Dataset entries
◇ ◇ ◇ ◇ ◇

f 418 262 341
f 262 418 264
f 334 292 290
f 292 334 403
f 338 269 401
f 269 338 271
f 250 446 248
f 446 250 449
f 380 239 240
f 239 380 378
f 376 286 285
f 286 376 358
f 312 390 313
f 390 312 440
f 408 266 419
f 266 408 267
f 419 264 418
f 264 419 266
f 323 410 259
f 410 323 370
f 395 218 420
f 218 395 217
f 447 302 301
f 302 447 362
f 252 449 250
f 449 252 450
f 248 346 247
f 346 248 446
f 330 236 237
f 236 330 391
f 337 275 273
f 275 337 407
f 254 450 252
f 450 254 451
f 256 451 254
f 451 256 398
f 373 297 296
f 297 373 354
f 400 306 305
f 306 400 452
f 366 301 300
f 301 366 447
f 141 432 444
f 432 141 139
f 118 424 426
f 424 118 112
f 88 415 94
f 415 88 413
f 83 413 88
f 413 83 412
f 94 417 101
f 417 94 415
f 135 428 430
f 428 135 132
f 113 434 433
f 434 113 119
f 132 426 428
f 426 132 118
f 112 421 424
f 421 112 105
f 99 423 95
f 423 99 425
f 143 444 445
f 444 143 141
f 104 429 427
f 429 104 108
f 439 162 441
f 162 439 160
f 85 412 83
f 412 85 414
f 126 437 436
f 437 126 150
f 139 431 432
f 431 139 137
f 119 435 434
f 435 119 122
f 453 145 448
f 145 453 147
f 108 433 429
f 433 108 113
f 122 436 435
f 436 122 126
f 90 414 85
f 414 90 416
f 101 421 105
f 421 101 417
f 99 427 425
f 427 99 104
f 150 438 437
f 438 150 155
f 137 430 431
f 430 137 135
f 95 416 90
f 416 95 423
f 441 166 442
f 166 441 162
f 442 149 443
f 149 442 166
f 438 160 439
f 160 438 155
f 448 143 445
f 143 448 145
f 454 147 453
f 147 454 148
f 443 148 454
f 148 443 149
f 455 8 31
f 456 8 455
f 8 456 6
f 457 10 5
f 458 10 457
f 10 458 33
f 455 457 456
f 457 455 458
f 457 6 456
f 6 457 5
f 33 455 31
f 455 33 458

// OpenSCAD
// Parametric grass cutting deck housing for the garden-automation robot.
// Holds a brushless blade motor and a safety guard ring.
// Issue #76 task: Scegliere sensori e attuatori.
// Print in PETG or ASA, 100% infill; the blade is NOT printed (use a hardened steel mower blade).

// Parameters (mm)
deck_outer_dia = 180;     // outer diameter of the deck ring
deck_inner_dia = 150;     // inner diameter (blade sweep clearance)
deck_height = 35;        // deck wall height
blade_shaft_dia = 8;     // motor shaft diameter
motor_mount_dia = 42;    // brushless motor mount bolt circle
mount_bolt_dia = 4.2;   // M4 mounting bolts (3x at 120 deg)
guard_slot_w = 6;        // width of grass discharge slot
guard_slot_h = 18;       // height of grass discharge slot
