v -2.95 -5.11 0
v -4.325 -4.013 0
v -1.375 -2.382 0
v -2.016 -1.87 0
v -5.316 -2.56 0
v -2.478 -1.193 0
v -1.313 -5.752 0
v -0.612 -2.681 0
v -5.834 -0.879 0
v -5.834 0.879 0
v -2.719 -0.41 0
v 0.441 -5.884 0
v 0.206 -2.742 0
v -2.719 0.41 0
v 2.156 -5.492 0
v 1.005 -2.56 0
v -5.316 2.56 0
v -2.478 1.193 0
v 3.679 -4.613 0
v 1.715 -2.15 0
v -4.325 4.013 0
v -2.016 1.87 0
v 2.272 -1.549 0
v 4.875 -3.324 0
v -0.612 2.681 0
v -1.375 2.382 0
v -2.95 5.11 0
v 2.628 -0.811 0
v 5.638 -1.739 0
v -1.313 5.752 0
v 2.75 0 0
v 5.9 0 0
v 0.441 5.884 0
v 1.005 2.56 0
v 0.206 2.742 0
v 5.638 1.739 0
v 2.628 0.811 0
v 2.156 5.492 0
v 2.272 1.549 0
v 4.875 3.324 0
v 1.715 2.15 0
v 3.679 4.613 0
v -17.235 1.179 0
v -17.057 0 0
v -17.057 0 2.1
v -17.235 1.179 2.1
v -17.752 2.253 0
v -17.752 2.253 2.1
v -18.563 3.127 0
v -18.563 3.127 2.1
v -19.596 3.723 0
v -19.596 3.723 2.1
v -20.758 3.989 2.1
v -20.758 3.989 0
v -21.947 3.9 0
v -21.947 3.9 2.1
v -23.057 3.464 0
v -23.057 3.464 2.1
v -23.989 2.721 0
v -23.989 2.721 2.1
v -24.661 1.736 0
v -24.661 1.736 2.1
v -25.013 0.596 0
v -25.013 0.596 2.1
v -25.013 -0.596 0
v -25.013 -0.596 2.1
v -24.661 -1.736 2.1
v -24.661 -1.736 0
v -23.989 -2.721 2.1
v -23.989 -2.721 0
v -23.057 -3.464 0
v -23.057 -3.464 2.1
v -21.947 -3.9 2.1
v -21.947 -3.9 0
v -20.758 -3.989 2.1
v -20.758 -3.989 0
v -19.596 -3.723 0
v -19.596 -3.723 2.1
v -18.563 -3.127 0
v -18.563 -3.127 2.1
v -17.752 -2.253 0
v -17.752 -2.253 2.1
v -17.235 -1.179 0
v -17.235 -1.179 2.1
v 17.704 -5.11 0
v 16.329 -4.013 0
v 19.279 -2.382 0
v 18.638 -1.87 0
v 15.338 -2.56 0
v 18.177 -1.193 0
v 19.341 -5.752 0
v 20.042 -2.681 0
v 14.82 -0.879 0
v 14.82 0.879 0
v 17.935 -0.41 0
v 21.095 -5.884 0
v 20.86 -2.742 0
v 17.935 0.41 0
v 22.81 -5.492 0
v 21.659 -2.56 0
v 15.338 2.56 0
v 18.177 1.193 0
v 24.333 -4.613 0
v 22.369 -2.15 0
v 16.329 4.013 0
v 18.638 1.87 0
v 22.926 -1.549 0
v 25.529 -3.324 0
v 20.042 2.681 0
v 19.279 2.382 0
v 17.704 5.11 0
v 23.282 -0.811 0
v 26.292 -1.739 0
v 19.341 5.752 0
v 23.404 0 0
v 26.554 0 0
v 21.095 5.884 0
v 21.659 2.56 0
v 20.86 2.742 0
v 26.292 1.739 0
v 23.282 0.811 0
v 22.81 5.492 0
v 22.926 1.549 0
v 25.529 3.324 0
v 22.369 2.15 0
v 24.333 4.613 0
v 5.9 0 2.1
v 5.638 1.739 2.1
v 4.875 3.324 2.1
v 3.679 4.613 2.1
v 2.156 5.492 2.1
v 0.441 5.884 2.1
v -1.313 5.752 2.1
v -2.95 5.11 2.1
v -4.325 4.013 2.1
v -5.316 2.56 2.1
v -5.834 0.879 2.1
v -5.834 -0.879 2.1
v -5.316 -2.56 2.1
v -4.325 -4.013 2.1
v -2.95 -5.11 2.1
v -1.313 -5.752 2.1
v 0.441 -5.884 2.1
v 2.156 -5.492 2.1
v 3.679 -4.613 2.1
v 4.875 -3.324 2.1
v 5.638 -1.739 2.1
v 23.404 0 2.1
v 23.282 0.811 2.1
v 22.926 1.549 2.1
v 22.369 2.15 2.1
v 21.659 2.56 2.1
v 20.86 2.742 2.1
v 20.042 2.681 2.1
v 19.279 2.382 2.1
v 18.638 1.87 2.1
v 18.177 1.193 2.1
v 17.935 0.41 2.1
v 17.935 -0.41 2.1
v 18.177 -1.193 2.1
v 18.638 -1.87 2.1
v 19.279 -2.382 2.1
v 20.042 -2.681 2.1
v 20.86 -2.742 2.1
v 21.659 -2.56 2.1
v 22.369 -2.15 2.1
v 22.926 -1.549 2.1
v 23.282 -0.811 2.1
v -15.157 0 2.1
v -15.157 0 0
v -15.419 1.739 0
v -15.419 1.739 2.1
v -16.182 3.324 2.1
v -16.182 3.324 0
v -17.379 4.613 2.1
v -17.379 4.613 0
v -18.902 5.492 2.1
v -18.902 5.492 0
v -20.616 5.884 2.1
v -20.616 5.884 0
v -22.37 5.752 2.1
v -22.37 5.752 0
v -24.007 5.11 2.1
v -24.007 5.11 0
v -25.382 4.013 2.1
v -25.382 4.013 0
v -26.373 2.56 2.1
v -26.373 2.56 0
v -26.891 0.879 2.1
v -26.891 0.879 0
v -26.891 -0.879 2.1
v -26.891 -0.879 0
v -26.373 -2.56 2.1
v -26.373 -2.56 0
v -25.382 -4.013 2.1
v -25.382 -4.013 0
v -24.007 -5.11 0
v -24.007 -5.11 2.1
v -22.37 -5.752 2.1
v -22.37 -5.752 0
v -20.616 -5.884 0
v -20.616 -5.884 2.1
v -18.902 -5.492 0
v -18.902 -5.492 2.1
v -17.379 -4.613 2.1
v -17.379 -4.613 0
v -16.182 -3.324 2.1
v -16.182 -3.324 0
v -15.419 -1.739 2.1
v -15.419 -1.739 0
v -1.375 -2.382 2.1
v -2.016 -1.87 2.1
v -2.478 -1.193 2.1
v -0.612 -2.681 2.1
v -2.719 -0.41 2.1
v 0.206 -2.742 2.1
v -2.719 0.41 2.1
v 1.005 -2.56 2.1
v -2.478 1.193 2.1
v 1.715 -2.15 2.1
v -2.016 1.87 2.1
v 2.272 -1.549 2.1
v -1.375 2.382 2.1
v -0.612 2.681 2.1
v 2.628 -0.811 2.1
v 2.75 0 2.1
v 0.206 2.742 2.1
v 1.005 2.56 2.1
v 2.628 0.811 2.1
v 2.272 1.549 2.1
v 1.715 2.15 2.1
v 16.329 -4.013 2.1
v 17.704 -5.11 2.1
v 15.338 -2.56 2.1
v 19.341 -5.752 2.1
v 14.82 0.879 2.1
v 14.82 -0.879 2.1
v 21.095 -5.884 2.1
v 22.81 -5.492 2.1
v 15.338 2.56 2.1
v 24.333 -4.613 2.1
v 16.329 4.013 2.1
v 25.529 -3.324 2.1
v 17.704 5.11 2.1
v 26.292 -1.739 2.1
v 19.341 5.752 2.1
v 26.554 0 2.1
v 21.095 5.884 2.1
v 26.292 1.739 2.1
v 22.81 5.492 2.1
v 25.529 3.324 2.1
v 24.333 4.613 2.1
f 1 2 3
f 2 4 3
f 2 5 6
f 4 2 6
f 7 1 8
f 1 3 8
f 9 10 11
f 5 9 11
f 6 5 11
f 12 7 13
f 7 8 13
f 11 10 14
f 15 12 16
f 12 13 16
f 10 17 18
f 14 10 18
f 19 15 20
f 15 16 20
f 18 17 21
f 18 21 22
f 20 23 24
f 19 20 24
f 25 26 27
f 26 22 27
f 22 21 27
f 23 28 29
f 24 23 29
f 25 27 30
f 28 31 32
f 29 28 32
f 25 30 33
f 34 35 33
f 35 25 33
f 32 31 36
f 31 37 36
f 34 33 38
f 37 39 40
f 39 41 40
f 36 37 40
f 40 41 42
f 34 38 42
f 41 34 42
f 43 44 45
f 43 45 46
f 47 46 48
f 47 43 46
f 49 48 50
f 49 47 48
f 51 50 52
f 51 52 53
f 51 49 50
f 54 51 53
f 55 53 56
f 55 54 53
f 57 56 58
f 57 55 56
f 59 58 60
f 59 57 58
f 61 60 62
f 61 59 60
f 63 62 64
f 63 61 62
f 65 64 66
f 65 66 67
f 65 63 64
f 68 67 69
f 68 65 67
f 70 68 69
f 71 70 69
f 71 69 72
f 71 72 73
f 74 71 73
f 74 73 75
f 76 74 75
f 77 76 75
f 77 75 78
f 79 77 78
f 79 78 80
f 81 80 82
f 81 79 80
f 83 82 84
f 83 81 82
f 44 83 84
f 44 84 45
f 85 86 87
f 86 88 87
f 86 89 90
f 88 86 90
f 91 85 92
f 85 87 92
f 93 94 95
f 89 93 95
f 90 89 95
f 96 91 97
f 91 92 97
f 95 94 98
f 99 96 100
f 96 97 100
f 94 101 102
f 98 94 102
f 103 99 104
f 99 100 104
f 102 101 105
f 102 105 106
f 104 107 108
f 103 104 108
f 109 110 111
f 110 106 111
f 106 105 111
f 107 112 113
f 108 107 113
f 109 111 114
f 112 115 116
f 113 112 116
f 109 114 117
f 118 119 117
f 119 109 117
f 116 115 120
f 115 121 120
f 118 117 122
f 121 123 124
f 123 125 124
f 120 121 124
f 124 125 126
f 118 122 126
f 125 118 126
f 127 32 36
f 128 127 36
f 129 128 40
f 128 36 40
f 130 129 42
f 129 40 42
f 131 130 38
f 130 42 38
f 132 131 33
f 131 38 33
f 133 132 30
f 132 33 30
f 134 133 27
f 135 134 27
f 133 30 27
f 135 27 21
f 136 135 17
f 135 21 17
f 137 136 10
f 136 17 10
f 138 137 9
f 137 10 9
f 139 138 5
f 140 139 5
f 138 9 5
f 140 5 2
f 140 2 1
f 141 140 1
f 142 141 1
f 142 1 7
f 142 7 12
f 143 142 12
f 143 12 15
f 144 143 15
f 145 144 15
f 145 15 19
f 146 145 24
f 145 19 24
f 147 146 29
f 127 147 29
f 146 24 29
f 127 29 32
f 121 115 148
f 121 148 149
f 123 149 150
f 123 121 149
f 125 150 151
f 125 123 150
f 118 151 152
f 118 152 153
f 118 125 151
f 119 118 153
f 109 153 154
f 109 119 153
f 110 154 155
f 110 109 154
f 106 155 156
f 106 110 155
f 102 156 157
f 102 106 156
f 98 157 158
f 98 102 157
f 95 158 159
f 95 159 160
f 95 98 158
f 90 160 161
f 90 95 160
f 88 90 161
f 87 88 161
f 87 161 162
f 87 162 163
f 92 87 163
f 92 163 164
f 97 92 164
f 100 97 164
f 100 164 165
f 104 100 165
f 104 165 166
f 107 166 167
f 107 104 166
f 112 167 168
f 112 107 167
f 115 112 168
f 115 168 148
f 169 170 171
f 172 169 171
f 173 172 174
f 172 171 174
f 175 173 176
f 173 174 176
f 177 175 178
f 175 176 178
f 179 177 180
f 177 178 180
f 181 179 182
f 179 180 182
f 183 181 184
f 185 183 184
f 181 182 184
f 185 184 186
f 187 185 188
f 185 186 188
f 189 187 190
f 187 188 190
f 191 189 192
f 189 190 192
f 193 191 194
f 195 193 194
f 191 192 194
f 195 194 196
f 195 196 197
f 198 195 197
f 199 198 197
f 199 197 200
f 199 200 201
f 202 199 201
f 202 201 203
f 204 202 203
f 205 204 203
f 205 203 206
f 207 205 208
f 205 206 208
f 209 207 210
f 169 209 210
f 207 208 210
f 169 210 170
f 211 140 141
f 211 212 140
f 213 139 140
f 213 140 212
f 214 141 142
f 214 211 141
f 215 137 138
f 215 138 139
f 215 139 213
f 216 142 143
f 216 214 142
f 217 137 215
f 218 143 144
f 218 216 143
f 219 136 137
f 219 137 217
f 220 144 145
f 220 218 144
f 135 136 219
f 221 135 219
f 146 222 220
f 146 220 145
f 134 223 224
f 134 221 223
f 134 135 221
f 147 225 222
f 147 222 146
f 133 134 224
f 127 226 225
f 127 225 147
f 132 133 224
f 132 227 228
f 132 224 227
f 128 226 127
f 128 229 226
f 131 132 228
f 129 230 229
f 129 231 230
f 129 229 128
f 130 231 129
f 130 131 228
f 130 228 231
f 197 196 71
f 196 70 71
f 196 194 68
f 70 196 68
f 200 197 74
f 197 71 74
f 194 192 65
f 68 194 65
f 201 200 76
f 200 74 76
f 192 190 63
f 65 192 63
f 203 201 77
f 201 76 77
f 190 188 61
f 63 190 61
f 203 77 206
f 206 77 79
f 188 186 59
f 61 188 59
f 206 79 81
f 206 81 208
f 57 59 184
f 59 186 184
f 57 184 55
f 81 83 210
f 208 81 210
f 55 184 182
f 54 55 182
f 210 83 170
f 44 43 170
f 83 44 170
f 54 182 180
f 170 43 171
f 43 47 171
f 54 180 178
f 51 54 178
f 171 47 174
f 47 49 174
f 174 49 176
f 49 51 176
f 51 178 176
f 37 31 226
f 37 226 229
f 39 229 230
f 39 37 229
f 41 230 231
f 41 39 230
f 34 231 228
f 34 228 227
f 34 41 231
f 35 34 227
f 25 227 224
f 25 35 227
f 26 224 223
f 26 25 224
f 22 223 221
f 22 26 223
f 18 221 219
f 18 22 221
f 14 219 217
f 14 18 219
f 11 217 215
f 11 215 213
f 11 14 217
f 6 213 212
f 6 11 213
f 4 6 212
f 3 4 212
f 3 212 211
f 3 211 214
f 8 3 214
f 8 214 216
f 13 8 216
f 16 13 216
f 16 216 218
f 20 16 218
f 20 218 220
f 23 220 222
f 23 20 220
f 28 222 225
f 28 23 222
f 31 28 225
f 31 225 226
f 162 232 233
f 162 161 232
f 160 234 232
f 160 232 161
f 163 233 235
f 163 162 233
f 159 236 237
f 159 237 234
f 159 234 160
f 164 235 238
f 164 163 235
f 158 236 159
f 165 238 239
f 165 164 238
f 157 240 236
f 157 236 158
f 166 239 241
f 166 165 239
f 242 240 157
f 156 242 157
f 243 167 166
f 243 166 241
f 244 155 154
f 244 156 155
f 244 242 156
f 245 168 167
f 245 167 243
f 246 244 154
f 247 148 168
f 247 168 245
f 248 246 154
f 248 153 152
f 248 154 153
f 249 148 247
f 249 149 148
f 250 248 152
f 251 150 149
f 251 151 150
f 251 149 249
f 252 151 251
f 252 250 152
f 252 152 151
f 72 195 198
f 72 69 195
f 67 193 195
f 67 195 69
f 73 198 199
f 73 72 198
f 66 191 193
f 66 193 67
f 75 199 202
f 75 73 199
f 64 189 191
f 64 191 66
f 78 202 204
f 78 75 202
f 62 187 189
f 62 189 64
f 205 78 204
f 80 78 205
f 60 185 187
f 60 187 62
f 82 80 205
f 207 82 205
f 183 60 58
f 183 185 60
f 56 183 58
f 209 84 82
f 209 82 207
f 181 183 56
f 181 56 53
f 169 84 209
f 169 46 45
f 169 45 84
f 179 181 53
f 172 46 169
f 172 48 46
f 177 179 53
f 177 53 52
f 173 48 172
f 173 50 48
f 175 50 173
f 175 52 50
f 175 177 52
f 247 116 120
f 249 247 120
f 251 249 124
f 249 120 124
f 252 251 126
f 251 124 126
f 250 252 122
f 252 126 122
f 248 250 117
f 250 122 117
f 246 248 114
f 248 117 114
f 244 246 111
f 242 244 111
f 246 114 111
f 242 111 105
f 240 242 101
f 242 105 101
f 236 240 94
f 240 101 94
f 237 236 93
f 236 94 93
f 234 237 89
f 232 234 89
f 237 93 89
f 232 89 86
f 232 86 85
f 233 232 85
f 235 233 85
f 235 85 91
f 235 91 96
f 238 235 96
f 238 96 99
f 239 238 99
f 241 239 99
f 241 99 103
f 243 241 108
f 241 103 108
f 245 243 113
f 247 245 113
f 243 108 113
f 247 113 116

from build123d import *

# Parameters (mm, degrees)
F0_R     = 5.9
F0_R_2   = 2.75
F0_R_3   = 4
F1_DEPTH = 2.1


with BuildPart() as f1:
    # F0 (on Top) → F1 (new body)
    with BuildSketch(Plane.XY):
        Circle(F0_R)
        Circle(F0_R_2, mode=Mode.SUBTRACT)
        with Locations((-21.057213, 0)):
            Circle(F0_R)
        with Locations((-21.057213, 0)):
            Circle(F0_R_3, mode=Mode.SUBTRACT)
        with Locations((20.654204, 0)):
            Circle(F0_R)
        with Locations((20.654204, 0)):
            Circle(F0_R_2, mode=Mode.SUBTRACT)
    extrude(amount=F1_DEPTH)


solid = f1.part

◇ ◇ ◇ ◇ ◇

*TASK REQUIREMENTS*: All that is wanted is the stretch of lines above from the one containing "v -20.758 -3.989 0" through the one containing "v 19.279 2.382 0", duplicated exactly.

*FINISHED TASK*:
v -20.758 -3.989 0
v -19.596 -3.723 0
v -19.596 -3.723 2.1
v -18.563 -3.127 0
v -18.563 -3.127 2.1
v -17.752 -2.253 0
v -17.752 -2.253 2.1
v -17.235 -1.179 0
v -17.235 -1.179 2.1
v 17.704 -5.11 0
v 16.329 -4.013 0
v 19.279 -2.382 0
v 18.638 -1.87 0
v 15.338 -2.56 0
v 18.177 -1.193 0
v 19.341 -5.752 0
v 20.042 -2.681 0
v 14.82 -0.879 0
v 14.82 0.879 0
v 17.935 -0.41 0
v 21.095 -5.884 0
v 20.86 -2.742 0
v 17.935 0.41 0
v 22.81 -5.492 0
v 21.659 -2.56 0
v 15.338 2.56 0
v 18.177 1.193 0
v 24.333 -4.613 0
v 22.369 -2.15 0
v 16.329 4.013 0
v 18.638 1.87 0
v 22.926 -1.549 0
v 25.529 -3.324 0
v 20.042 2.681 0
v 19.279 2.382 0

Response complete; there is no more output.